Interested businesses or individuals get a tax form from the IRS and then set up a Qualified Opportunity Fund. This fund is made up of capital earned and then given to a project in one of the zones for an extended period of time.
Investors can receive substantial capital gain tax incentives immediately and over the long-term in exchange for investing in Qualified Opportunity Zones.
The funds can be used to create new businesses, new commercial or residential real estate or infrastructure. They can also be used to invest in existing businesses if it doubles the investment basis over 30 months.
According to MSHDA, to qualify for nomination as an Opportunity Zone, a census tract must meet the following low-income requirements:
- A poverty rate of at least 20 percent
- A median family income of no more than 80 percent of the statewide median family income for census tracts within non-metropolitan areas.
There is no cap on the amount of capital that can be invested into Qualified Opportunity Zones.
In many ways these projects are a benefit for both investors and the community. However, the program is not without certain flaws.
Pavelko believes the timeline for investors could use some tweaking. To realize the full benefit, an investment would have to be made by the end of this year. This means the full tax deferment will not go beyond 2026, if that deadline is not met.
There will still be a deferment, just not as much.
She is, however, confident that there will still be more investing in 2020.
For all the potential help, OZs are not a magic wand that will have the neighborhoods instantly begin to catch up with downtown Detroit’s recovery.
“The OZ incentive is not an upfront gap funding tool,” says Pavelko. “Neighborhood deals in Detroit typically have significant gaps in the capital stacks thus requiring extensive grant funding and subsidized debt which the OZ tax deferral doesn’t offer. While it can help strengthen a deal, it doesn’t close the significant gaps seen in neighborhood deals. We will continue to rely heavily on other incentives to make neighborhood deals happen.”
Like Pavelko, the Flint Chamber’s Rossmaessler sees a lot of potential but says things can be improved.”
One problem that occurs is the need for residency in the Opportunity Zones. This discrepancy can cause areas that have the same economic issues, and could use the same investor TLC, are not eligible as their neighbors.

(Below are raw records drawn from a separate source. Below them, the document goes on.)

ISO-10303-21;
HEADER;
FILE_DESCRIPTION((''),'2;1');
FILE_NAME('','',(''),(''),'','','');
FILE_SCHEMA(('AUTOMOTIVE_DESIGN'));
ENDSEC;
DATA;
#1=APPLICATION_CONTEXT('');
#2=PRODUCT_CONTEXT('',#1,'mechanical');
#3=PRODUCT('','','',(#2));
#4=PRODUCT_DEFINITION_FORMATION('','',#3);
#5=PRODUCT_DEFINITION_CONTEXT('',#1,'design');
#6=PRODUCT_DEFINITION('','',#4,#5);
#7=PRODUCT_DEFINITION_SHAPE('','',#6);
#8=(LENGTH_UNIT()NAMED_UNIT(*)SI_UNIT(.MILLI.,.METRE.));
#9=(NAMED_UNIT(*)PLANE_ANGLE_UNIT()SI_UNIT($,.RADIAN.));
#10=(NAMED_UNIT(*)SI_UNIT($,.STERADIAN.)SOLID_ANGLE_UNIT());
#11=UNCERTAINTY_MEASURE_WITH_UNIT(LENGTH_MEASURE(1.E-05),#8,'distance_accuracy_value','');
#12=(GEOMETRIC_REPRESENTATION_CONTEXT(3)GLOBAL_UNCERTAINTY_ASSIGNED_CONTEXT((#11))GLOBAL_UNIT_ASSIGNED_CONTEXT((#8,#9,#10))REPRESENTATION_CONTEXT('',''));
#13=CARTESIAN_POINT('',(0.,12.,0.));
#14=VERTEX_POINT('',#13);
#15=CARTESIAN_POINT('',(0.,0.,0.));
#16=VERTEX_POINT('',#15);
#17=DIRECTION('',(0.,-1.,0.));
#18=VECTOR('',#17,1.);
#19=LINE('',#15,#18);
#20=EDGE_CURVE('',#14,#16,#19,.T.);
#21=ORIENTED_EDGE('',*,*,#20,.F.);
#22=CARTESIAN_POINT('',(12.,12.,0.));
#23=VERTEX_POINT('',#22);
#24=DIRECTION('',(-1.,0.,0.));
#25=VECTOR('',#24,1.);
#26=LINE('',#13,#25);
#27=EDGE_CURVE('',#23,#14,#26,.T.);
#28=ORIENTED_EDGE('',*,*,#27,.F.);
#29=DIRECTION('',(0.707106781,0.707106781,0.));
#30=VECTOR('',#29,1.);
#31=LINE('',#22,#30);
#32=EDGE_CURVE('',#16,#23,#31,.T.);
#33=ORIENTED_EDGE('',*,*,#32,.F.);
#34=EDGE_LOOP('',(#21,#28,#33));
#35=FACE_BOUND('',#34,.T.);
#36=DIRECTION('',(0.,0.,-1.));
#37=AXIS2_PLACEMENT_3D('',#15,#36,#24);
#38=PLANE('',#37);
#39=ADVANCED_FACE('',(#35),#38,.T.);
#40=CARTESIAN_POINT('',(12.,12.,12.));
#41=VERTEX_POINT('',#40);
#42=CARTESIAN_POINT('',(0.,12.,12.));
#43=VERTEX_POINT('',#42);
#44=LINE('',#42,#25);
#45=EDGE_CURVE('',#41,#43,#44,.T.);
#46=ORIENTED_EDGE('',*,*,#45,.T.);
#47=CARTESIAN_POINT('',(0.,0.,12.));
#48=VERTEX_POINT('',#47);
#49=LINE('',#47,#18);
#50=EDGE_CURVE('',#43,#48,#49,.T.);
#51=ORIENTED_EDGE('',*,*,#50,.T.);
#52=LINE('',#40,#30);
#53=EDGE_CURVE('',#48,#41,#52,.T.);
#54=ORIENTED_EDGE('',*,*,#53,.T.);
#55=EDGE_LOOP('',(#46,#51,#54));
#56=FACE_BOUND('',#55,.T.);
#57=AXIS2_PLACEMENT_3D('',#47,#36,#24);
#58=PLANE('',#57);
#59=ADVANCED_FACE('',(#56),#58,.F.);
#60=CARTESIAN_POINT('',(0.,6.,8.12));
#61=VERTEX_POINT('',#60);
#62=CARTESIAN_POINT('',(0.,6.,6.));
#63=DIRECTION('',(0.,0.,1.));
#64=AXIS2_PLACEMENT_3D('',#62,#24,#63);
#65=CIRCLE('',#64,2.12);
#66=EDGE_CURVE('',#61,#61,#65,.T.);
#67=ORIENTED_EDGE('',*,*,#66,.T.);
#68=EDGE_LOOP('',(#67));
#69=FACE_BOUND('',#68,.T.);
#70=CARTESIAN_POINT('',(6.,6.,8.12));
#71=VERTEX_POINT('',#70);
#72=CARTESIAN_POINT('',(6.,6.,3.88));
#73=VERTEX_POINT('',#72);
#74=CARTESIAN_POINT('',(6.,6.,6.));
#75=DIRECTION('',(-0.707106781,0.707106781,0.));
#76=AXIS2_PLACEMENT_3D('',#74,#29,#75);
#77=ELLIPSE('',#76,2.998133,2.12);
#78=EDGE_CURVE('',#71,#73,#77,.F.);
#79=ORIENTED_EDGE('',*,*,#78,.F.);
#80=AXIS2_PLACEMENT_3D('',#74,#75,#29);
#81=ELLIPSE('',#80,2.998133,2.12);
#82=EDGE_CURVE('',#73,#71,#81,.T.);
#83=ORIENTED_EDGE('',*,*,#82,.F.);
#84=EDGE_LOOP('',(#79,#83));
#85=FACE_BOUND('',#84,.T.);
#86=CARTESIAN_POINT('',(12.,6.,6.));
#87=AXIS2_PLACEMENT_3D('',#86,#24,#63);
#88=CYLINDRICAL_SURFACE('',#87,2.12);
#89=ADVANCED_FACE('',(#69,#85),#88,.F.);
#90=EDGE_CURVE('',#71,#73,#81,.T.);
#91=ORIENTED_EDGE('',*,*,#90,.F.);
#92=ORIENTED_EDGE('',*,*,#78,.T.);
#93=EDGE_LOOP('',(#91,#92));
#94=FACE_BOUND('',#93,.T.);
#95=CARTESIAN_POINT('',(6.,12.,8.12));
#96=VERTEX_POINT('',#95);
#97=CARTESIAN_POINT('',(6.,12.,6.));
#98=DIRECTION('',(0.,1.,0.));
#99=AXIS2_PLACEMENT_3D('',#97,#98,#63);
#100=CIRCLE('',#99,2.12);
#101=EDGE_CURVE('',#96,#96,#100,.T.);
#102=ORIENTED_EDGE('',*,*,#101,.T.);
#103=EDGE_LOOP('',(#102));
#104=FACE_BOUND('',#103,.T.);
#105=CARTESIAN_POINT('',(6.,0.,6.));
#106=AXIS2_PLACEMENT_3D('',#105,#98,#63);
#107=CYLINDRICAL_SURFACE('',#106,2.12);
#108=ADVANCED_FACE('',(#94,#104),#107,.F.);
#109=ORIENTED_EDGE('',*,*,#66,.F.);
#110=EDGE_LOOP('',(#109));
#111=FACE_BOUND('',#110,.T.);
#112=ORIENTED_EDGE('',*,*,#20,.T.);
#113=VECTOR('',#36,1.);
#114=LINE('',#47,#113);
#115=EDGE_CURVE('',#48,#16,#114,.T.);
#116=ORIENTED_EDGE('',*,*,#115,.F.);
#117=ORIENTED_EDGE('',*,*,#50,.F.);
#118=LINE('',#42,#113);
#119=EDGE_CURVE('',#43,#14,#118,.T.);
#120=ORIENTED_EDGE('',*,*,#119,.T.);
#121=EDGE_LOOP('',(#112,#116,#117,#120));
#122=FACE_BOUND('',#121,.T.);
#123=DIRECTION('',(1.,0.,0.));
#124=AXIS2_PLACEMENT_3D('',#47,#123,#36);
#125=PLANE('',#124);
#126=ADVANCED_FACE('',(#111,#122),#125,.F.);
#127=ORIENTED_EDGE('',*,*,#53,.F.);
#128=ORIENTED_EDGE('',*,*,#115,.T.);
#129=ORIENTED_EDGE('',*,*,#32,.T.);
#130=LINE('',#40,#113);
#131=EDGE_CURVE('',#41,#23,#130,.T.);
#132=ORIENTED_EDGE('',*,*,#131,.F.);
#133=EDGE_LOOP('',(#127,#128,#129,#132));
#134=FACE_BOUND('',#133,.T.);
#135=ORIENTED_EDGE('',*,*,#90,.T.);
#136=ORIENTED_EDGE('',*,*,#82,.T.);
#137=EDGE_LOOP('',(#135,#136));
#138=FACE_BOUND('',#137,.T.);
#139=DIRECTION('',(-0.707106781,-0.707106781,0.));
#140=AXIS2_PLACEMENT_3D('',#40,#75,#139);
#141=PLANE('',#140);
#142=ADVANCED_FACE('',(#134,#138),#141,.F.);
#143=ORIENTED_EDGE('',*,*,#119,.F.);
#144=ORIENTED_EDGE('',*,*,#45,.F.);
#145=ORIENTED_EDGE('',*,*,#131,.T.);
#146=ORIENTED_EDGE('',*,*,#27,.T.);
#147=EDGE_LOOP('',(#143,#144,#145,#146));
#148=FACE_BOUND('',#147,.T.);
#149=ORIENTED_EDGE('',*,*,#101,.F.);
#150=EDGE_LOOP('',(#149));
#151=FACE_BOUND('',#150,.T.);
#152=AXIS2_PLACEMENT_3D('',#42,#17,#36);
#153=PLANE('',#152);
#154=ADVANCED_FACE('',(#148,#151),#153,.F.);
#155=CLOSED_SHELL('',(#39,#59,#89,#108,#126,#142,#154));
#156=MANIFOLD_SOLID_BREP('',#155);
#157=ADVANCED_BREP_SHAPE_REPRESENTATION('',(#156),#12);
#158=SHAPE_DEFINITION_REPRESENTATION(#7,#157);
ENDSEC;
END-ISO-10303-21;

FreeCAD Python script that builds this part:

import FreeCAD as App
import Part
import Sketcher
Q = App.Units.Quantity


def add_polygon(sketch, points):
    """Adds a closed chain of lines whose ends are joined by coincident constraints."""
    first, n = sketch.GeometryCount, len(points)
    for a, b in zip(points, points[1:] + points[:1]):
        sketch.addGeometry(Part.LineSegment(App.Vector(*a, 0), App.Vector(*b, 0)), False)
    for i in range(n):
        sketch.addConstraint(Sketcher.Constraint("Coincident", first + i, 2, first + (i + 1) % n, 1))

doc = App.newDocument("Part")
body = doc.addObject("PartDesign::Body", "Body")

# Sketch on XY plane
sketch1 = body.newObject("Sketcher::SketchObject", "Sketch")
sketch1.AttachmentSupport = (doc.getObject("XY_Plane"), [""])
sketch1.MapMode = "FlatFace"
add_polygon(sketch1, [(0, 12), (0, 0), (12, 12)])  # lines 0-2
sketch1.addConstraint(Sketcher.Constraint("Vertical", 0))
sketch1.addConstraint(Sketcher.Constraint("Horizontal", 2))
sketch1.addConstraint(Sketcher.Constraint("Coincident", 0, 2, -1, 1))
sketch1.addConstraint(Sketcher.Constraint("Equal", 2, 0))
sketch1.addConstraint(Sketcher.Constraint("DistanceX", 2, 2, 2, 1, Q("12 mm")))
pad1 = body.newObject("PartDesign::Pad", "Pad")
pad1.Profile = sketch1
pad1.Length = 12

# Sketch on XZ plane
sketch2 = body.newObject("Sketcher::SketchObject", "Sketch001")
sketch2.AttachmentSupport = (doc.getObject("XZ_Plane"), [""])
sketch2.MapMode = "FlatFace"
sketch2.AttachmentOffset = App.Placement(App.Vector(0, 0, -12), App.Rotation())
sketch2.addGeometry(Part.Circle(App.Vector(6, 6, 0), App.Vector(0, 0, 1), 2.1), False)
sketch2.addConstraint(Sketcher.Constraint("Diameter", 0, Q("4.24 mm")))
sketch2.addConstraint(Sketcher.Constraint("DistanceX", -1, 1, 0, 3, Q("6 mm")))
sketch2.addConstraint(Sketcher.Constraint("DistanceY", -1, 1, 0, 3, Q("6 mm")))
pocket1 = body.newObject("PartDesign::Pocket", "Pocket")
pocket1.Profile = sketch2
pocket1.Length = 12
pocket1.Reversed = True

# Sketch on YZ plane
sketch3 = body.newObject("Sketcher::SketchObject", "Sketch002")
sketch3.AttachmentSupport = (doc.getObject("YZ_Plane"), [""])
sketch3.MapMode = "FlatFace"
sketch3.addGeometry(Part.Circle(App.Vector(6, 6, 0), App.Vector(0, 0, 1), 2.1), False)
sketch3.addConstraint(Sketcher.Constraint("Diameter", 0, Q("4.24 mm")))
sketch3.addConstraint(Sketcher.Constraint("DistanceX", -1, 1, 0, 3, Q("6 mm")))
sketch3.addConstraint(Sketcher.Constraint("DistanceY", -1, 1, 0, 3, Q("6 mm")))
pocket2 = body.newObject("PartDesign::Pocket", "Pocket001")
pocket2.Profile = sketch3
pocket2.Length = 12
pocket2.Reversed = True

doc.recompute()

“They’re not the traditional census tracts that developers are usually thinking about,” Rossmaessler says. “We want to provide an opportunity for them to think and dream about what is possible with these parcels. Flint (and likely other cities) has neighborhoods that need help but don’t qualify, but are surrounded by ones that are.”

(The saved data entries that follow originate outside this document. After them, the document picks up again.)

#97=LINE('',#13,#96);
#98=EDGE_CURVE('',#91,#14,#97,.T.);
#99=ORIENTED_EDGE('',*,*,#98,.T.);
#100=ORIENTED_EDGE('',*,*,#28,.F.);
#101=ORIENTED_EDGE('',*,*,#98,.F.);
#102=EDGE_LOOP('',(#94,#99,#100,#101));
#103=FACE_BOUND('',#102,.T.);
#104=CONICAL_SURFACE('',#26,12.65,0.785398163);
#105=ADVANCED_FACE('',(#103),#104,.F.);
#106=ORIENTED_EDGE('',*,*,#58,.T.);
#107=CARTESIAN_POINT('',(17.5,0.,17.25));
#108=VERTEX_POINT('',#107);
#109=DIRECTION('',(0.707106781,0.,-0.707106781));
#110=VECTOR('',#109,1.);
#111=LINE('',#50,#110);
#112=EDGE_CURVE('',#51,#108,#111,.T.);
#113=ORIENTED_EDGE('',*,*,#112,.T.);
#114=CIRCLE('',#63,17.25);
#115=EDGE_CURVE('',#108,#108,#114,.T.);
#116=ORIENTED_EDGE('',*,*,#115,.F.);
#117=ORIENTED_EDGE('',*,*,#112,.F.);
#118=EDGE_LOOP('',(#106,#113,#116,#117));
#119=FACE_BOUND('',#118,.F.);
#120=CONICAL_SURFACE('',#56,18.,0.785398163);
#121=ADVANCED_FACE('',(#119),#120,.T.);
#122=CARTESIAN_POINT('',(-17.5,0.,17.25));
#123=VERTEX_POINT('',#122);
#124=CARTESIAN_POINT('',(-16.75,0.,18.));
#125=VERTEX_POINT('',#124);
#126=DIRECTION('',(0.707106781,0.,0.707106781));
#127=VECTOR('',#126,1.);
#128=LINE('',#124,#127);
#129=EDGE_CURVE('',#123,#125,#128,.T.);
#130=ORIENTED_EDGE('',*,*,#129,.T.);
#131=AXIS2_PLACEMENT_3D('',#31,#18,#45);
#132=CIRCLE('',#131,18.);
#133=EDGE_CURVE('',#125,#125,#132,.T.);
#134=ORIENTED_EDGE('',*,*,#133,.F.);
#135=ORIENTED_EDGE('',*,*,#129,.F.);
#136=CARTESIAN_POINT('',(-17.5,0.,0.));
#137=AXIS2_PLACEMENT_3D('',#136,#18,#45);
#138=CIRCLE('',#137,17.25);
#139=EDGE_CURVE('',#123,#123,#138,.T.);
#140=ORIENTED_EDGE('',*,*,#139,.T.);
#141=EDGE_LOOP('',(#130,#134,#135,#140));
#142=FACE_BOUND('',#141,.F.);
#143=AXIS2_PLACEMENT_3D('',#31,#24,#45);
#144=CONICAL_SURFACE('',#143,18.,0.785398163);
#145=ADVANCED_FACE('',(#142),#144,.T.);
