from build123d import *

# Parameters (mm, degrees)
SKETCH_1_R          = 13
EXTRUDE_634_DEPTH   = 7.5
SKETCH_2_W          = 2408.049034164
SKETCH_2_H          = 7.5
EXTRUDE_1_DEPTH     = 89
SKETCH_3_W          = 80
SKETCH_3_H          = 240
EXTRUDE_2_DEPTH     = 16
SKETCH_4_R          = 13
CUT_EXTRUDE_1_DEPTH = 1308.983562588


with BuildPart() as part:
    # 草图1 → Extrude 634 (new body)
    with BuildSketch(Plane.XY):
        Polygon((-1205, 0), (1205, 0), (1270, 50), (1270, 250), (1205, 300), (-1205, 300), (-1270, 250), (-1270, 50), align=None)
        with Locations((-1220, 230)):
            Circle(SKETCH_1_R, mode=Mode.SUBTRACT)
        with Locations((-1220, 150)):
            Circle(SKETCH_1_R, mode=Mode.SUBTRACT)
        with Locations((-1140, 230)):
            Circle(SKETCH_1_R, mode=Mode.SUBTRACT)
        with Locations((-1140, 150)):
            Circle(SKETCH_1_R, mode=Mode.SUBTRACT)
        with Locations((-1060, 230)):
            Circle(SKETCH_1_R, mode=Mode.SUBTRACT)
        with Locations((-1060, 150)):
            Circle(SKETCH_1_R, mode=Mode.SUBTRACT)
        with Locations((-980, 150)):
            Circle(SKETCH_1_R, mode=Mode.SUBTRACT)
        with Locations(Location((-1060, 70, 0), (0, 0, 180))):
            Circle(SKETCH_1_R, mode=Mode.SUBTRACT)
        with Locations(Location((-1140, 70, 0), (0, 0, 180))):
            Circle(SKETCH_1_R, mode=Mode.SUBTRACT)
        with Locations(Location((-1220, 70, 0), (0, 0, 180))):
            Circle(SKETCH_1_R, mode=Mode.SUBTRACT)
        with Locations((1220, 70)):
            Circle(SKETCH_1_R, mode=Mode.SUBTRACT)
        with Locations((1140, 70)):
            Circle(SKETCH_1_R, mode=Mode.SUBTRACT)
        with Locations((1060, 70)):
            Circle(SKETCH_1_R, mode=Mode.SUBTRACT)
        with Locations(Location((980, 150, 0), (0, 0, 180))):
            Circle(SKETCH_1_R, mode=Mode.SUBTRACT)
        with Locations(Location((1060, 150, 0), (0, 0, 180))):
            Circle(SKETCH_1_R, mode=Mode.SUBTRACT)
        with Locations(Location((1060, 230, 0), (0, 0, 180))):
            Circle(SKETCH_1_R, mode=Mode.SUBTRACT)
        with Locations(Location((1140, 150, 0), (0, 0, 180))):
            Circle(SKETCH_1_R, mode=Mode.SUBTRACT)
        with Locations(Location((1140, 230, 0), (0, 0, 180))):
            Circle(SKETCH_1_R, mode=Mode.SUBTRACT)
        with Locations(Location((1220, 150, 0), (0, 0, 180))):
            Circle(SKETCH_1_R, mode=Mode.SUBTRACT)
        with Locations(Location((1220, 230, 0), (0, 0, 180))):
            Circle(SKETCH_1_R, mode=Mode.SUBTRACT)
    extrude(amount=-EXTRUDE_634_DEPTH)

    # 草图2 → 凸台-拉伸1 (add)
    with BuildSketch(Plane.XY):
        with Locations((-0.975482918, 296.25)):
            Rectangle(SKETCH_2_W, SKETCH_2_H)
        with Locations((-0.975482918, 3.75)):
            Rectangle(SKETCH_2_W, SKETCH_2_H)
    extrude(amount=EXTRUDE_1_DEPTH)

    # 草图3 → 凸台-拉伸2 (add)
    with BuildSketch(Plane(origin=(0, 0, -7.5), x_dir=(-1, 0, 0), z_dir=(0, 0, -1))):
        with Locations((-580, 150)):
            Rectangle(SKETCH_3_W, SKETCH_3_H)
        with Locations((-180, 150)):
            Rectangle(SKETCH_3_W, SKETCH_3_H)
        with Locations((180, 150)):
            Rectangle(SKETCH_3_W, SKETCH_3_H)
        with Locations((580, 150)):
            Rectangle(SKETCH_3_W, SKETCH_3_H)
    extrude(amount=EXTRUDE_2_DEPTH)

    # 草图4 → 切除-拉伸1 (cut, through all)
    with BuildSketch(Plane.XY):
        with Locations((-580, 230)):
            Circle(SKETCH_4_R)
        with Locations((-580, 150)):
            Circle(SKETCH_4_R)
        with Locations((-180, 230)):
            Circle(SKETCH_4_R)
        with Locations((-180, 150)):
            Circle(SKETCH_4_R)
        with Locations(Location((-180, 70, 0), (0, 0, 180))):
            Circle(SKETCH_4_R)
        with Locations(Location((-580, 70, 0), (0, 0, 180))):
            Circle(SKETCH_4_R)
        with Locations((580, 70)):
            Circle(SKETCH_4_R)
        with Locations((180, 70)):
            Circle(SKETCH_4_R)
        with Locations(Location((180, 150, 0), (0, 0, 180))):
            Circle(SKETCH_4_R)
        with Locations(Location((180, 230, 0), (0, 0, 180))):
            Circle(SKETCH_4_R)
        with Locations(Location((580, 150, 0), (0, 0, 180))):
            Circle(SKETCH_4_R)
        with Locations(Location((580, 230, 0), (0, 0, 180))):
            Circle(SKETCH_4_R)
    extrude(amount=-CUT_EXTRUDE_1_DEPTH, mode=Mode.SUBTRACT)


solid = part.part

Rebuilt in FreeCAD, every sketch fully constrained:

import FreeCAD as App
import Part
import Sketcher

V = App.Vector
Q = App.Units.Quantity


def add_polygon(sketch, points):
    """Adds a closed chain of lines whose ends are joined by coincident constraints."""
    first, n = sketch.GeometryCount, len(points)
    for a, b in zip(points, points[1:] + points[:1]):
        sketch.addGeometry(Part.LineSegment(App.Vector(*a, 0), App.Vector(*b, 0)), False)
    for i in range(n):
        sketch.addConstraint(Sketcher.Constraint("Coincident", first + i, 2, first + (i + 1) % n, 1))

doc = App.newDocument("Part")
body = doc.addObject("PartDesign::Body", "Body")

sketch1 = doc.addObject("Sketcher::SketchObject", "Sketch")
body.addObject(sketch1)
sketch1.AttachmentSupport = (doc.XY_Plane, [""])
sketch1.MapMode = "FlatFace"
add_polygon(sketch1, [(-1205, 0), (1205, 0), (1270, 50), (1270, 250), (1205, 300), (-1205, 300), (-1270, 250), (-1270, 50)])
sketch1.addGeometry(Part.Circle(V(-1220, 70, 0), V(0, 0, 1), 13), False)
sketch1.addGeometry(Part.Circle(V(-1140, 70, 0), V(0, 0, 1), 13), False)
sketch1.addGeometry(Part.Circle(V(-1060, 70, 0), V(0, 0, 1), 13), False)
sketch1.addGeometry(Part.Circle(V(1060, 70, 0), V(0, 0, 1), 13), False)
sketch1.addGeometry(Part.Circle(V(1140, 70, 0), V(0, 0, 1), 13), False)
sketch1.addGeometry(Part.Circle(V(1220, 70, 0), V(0, 0, 1), 13), False)
sketch1.addGeometry(Part.Circle(V(-1220, 150, 0), V(0, 0, 1), 13), False)
sketch1.addGeometry(Part.Circle(V(-1140, 150, 0), V(0, 0, 1), 13), False)
sketch1.addGeometry(Part.Circle(V(-1060, 150, 0), V(0, 0, 1), 13), False)
sketch1.addGeometry(Part.Circle(V(-980, 150, 0), V(0, 0, 1), 13), False)
sketch1.addGeometry(Part.Circle(V(-1220, 230, 0), V(0, 0, 1), 13), False)
sketch1.addGeometry(Part.Circle(V(-1140, 230, 0), V(0, 0, 1), 13), False)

One example is the Old Buick building,, which could be a boon to the economy if it could get investors. It meets all the other qualifications, except residents.
OZ is a relatively new program, and one that requires patience, courage, investigation, and planning. That said, it is called an opportunity zone for a reason.
There is opportunity for those looking to invest and those who need capital to make their community better may have new allies they never expected.